Le contrôle d’identité est soumis à des règles bien précises. Qui peut procéder à un contrôle d’identité ? Quels sont les différents types de contrôle ? Quels sont les documents qui peuvent justifier de son identité ? Comment se déroule une vérification ?
Sommaire

En droit français, le contrôle d’identité désigne une procédure par laquelle des policiers ou des gendarmes peuvent inviter une personne à justifier de son identité par tous les moyens possibles. Chaque individu se trouvant sur le territoire national est dans l’obligation de se soumettre à un contrôle d’identité et de rester à la disposition des forces de l’ordre sur le lieu de l’opération, le temps de vérifier la validité des documents officiels fournis. Toutefois, ce contrôle doit se dérouler dans le respect des libertés individuelles et des conditions spécifiques définies par la loi. Faisons un point sur les règles à respecter pour contrôler l’identité d’une personne en France.
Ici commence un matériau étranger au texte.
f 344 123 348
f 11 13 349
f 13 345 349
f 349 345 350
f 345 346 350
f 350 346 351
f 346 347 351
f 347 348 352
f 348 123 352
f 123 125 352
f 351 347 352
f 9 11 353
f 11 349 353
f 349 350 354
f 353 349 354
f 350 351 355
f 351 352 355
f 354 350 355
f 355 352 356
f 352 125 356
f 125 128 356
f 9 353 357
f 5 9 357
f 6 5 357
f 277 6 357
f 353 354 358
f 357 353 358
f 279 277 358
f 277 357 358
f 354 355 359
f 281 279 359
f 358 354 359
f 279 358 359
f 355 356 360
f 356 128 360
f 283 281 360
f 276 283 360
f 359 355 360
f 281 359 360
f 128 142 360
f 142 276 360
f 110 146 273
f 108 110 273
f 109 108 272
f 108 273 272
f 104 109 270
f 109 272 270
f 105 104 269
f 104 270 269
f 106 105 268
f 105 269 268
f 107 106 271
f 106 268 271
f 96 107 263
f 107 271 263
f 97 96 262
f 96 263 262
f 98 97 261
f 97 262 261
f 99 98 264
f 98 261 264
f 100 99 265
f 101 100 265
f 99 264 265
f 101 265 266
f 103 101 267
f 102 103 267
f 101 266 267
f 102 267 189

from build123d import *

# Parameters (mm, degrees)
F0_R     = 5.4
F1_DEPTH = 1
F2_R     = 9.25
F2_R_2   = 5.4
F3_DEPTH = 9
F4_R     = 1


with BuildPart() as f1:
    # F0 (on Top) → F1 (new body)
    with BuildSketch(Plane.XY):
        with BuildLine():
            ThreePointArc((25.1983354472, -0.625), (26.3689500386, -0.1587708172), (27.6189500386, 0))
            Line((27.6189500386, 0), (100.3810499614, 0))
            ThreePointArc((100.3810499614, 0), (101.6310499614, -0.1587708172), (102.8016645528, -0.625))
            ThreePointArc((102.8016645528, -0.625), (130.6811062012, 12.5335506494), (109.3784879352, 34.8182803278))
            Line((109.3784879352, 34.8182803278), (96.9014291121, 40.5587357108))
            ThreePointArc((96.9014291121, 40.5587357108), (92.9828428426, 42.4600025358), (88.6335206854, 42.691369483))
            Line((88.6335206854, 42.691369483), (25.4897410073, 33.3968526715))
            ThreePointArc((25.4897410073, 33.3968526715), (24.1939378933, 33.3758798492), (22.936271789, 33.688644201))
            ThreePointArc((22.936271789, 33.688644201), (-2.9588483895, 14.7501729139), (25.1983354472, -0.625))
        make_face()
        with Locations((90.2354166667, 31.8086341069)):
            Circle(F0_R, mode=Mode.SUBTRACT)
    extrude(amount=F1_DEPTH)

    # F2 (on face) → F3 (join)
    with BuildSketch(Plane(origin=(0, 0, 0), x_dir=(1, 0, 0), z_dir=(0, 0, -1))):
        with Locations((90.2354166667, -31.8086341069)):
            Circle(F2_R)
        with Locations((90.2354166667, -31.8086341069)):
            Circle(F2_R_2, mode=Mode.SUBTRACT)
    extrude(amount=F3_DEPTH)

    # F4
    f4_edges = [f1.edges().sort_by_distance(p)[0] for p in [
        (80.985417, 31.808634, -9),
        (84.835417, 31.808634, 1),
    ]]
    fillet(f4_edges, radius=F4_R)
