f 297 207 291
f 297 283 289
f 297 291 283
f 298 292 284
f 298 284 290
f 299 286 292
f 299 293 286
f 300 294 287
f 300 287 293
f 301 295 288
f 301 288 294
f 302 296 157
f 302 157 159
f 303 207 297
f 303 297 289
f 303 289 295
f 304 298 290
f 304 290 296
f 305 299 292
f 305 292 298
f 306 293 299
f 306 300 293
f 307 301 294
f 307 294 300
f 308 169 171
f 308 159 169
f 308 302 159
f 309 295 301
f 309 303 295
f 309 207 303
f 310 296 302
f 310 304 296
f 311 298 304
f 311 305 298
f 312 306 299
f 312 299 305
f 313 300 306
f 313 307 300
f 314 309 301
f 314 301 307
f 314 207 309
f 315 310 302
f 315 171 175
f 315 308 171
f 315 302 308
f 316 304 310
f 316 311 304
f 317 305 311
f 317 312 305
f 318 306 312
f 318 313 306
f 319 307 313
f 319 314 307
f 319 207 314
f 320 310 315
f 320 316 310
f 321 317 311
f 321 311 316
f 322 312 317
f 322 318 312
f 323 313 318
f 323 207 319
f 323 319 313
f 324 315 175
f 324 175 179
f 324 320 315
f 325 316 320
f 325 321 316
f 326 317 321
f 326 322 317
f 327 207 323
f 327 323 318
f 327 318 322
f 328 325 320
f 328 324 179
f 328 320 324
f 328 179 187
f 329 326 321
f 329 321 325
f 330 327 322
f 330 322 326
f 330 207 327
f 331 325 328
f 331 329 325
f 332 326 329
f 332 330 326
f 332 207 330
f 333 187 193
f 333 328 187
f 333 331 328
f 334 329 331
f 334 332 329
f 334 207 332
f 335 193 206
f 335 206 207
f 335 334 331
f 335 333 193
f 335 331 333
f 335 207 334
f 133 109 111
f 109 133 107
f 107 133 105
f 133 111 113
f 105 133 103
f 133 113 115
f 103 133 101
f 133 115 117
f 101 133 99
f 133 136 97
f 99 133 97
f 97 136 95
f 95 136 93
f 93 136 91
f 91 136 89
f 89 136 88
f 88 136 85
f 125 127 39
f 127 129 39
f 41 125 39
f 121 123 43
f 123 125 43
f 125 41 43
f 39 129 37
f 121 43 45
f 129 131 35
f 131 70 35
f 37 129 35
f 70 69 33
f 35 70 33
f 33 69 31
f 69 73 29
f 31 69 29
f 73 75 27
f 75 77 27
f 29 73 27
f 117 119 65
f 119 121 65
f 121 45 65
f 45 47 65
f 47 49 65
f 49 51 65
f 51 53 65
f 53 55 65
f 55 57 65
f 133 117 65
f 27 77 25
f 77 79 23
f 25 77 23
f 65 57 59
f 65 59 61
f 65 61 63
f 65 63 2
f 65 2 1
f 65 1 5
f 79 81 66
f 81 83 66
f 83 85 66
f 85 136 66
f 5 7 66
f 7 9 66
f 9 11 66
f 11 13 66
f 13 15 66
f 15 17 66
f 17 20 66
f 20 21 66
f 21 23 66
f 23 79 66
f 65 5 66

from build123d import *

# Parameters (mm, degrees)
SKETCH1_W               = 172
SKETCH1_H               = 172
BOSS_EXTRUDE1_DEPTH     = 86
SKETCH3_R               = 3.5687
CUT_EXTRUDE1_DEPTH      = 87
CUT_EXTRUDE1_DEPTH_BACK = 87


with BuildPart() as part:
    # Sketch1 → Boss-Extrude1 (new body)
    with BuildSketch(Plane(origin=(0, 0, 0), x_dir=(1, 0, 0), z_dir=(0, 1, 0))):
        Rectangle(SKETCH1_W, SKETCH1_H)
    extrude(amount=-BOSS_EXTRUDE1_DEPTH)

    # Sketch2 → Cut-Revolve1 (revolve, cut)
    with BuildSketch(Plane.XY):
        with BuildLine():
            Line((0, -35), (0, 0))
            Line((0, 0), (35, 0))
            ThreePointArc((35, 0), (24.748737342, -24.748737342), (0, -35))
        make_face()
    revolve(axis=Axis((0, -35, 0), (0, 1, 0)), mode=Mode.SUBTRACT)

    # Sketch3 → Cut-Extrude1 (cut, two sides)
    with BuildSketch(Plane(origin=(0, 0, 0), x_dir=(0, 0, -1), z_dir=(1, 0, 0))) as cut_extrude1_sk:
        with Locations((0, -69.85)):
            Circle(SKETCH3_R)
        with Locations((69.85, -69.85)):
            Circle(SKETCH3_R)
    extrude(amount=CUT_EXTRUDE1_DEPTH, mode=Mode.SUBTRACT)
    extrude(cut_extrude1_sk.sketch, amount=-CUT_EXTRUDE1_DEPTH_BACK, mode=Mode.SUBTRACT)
Règles à respecter pour le contrôle d’identité d’une personne


Qui a le droit de procéder à un contrôle d’identité ?

L’article 78-1 du Code de procédure pénale dispose que « toute personne se trouvant sur le territoire national doit accepter de se prêter à un contrôle d’identité effectué dans les conditions et par les autorités de police visées aux articles suivants ».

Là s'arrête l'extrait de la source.